Lines to get files from gamma/proton folders 

In [37]:
input_file_gamma = glob.glob(input_gamma)
input_file_gamma.sort()
input_file_proton = glob.glob(input_proton)
input_file_proton.sort()

Here we use python `subprocess.run()` to run the script and get a log file

In [38]:
for input_file in input_file_gamma: 
    b=subprocess.run(['python','lst1_magic_dl1_stereo_to_dl2.py', f'-d{input_file}', f'-r{input_dir_rf}',\
        f'-o{output_dir_dl2}'], stdout=f, stderr=f)     
        
for input_file in input_file_proton:
    c=subprocess.run(['python','lst1_magic_dl1_stereo_to_dl2.py', f'-d{input_file}', f'-r{input_dir_rf}',\
        f'-o{output_dir_dl2}'], stdout=f, stderr=f)

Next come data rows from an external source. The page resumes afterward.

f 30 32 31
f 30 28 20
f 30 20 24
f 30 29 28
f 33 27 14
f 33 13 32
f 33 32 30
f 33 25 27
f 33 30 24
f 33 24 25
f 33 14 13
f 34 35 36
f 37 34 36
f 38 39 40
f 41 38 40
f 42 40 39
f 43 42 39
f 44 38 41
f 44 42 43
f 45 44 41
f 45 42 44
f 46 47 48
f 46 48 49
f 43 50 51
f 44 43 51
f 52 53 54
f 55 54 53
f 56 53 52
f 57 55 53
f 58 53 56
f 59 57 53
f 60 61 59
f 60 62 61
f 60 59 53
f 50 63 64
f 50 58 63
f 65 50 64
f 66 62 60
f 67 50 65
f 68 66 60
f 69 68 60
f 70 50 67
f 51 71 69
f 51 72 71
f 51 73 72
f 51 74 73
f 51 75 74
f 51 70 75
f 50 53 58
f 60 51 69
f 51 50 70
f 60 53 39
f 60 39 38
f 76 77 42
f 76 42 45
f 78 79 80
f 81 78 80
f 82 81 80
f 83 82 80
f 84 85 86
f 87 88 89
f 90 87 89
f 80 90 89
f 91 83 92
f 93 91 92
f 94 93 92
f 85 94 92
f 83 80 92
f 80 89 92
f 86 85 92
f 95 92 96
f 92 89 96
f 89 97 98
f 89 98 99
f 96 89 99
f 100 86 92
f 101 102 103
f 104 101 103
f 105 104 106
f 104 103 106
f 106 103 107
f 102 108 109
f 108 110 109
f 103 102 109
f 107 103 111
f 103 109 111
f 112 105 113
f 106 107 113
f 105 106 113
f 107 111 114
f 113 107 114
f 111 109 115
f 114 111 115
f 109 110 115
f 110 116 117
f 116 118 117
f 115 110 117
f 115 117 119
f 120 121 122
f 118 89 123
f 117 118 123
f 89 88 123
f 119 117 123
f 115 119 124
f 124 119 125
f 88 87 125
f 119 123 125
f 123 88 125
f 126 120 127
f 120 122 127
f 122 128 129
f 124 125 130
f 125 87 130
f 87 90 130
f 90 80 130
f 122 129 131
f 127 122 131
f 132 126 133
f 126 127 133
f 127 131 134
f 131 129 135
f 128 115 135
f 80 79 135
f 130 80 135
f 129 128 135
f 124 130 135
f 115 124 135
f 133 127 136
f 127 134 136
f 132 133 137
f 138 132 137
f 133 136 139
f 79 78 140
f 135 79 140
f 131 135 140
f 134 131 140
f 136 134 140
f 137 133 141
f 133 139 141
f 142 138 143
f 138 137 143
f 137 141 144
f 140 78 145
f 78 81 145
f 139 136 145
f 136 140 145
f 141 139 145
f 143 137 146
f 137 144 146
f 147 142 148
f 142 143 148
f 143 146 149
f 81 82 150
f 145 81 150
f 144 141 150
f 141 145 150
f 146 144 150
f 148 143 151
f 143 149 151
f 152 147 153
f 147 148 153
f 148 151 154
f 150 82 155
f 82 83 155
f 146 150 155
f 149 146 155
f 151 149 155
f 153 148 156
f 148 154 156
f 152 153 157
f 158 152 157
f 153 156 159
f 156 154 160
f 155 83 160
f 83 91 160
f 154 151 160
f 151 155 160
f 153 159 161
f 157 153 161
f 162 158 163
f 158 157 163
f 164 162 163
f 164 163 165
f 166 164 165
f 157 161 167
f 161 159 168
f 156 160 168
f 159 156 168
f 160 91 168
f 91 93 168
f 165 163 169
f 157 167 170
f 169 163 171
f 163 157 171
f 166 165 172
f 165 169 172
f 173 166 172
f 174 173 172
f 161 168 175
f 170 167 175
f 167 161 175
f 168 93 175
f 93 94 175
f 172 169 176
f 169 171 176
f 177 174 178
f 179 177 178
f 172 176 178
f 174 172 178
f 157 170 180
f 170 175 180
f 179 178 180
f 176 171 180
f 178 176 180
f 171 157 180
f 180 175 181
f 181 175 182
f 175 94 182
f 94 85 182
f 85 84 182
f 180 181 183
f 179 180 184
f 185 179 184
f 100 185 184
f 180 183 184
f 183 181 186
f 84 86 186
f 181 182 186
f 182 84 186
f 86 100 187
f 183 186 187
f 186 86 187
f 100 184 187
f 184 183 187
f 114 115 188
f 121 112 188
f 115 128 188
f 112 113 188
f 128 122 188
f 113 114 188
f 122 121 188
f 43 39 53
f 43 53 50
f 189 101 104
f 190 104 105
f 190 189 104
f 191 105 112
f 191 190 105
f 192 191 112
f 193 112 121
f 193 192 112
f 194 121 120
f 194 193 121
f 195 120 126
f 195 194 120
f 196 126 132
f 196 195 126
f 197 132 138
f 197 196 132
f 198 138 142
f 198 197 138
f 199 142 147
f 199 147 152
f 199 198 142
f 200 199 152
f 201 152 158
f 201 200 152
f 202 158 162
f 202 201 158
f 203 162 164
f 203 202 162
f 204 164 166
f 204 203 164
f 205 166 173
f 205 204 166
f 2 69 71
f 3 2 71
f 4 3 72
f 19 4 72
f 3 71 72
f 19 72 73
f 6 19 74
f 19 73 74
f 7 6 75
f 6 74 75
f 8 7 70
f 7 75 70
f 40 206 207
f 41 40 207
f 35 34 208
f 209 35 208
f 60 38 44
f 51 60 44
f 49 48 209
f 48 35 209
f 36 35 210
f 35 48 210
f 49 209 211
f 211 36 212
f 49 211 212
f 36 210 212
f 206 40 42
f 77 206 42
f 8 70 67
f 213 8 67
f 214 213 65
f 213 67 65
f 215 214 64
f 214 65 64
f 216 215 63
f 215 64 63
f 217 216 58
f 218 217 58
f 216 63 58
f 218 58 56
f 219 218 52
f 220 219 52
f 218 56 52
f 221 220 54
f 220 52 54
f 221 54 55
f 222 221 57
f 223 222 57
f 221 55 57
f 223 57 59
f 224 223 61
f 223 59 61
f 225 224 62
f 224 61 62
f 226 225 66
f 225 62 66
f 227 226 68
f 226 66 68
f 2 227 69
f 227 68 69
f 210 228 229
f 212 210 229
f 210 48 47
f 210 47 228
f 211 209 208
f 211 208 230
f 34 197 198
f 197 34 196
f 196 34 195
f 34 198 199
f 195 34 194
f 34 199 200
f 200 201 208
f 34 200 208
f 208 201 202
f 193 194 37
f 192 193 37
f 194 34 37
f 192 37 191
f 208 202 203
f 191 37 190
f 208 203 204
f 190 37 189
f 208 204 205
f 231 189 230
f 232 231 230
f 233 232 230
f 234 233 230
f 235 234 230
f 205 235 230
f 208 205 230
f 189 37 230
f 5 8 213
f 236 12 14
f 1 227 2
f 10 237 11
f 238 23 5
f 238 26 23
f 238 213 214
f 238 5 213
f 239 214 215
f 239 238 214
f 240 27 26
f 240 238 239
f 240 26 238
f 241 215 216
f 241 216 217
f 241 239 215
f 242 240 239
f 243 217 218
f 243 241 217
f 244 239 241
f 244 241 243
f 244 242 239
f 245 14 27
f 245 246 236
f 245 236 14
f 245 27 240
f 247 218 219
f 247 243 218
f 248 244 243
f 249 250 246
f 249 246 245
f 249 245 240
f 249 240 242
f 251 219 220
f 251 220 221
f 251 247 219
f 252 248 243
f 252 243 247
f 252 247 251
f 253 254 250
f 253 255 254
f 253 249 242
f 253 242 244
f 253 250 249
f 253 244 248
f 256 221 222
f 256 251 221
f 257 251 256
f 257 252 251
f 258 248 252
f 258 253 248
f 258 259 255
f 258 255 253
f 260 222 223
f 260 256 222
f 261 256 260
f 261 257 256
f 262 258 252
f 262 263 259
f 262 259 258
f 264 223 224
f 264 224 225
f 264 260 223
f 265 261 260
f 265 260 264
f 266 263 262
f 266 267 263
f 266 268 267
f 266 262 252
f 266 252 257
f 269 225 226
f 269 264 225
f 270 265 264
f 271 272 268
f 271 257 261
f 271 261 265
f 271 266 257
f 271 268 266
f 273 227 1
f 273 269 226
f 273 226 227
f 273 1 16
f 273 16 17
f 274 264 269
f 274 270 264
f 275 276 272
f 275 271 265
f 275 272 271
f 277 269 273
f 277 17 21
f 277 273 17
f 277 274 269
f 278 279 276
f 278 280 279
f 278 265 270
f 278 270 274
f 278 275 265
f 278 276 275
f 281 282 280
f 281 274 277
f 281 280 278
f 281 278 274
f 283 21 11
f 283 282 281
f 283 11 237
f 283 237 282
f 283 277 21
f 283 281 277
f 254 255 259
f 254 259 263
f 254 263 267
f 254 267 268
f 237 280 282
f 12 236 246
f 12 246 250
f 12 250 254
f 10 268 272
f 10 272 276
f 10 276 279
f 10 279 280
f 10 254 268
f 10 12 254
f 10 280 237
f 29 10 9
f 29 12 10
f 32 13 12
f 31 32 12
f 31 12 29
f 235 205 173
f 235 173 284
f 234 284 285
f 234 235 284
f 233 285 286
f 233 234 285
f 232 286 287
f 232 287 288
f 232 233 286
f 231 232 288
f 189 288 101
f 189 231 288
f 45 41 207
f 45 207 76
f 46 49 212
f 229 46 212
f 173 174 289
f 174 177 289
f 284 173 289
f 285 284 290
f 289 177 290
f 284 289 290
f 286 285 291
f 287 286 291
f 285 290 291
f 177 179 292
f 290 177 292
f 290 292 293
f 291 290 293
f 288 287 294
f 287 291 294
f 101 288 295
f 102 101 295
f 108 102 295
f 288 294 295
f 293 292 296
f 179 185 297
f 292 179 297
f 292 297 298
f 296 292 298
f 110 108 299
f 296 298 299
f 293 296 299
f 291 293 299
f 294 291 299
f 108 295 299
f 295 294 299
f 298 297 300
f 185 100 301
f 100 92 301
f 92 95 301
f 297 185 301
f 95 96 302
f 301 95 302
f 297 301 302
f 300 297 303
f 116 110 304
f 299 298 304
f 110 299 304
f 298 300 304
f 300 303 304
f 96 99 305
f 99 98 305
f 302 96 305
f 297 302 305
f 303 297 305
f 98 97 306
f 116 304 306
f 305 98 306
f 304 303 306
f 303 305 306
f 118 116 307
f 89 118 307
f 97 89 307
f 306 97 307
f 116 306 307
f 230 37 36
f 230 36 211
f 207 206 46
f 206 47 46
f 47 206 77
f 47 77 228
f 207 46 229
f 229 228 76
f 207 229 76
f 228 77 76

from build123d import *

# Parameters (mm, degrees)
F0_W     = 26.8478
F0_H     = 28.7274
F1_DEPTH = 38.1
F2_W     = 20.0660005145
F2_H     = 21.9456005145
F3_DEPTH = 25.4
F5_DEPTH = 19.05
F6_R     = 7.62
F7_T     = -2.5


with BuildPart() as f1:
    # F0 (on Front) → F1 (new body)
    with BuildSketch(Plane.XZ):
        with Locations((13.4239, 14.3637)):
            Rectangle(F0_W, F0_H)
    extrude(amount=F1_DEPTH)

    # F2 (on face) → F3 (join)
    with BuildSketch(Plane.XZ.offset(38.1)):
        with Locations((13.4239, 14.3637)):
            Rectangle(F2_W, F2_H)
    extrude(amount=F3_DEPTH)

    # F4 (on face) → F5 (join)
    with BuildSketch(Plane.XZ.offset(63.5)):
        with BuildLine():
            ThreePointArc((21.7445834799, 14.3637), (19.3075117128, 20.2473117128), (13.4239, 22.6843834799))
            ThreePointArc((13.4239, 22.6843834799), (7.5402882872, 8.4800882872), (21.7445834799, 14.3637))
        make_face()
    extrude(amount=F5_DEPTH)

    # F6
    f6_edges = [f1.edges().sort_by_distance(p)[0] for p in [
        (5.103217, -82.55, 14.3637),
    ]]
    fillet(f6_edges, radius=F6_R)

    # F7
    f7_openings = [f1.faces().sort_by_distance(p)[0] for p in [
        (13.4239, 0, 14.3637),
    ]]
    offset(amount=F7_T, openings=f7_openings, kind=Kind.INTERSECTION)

To check the log file we do:

In [39]:
more /home/raniere/Documentos/MAGIC/School_notebooks/DL2_mc.log

This process just created DL2 files for the MC gammas and protons and put them in the DL2 directory.

### Real data

Let's repeat the process for the real data:

In [40]:
f=open('/home/raniere/Documentos/MAGIC/School_notebooks/DL2_data.log','w')

input_data=('/home/raniere/Documentos/MAGIC/School_notebooks/data/*.h5')
input_dir_rf=('/home/raniere/Documentos/MAGIC/School_notebooks/Results_RF/')
output_dir_dl2=('/home/raniere/Documentos/MAGIC/School_notebooks/DL2/')

cd to the scripts directory to launch them

In [41]:
cd $scripts

/home/raniere/Documentos/magic-cta-pipe/magicctapipe/scripts/lst1_magic


Lines to get files from data folder:

In [42]:
input_file_data = glob.glob(input_data)
input_file_data.sort()

Here we use python `subprocess.run()` to run the script and also get a log file

In [43]:
for input_file in input_file_data: 
    d=subprocess.run(['python','lst1_magic_dl1_stereo_to_dl2.py', f'-d{input_file}', f'-r{input_dir_rf}',\
        f'-o{output_dir_dl2}'], stdout=f, stderr=f)     

To check the log file:

In [45]:
more /home/raniere/Documentos/MAGIC/School_notebooks/DL2_data.log

This process just created DL2 files for the real data and put them in the DL2 directory.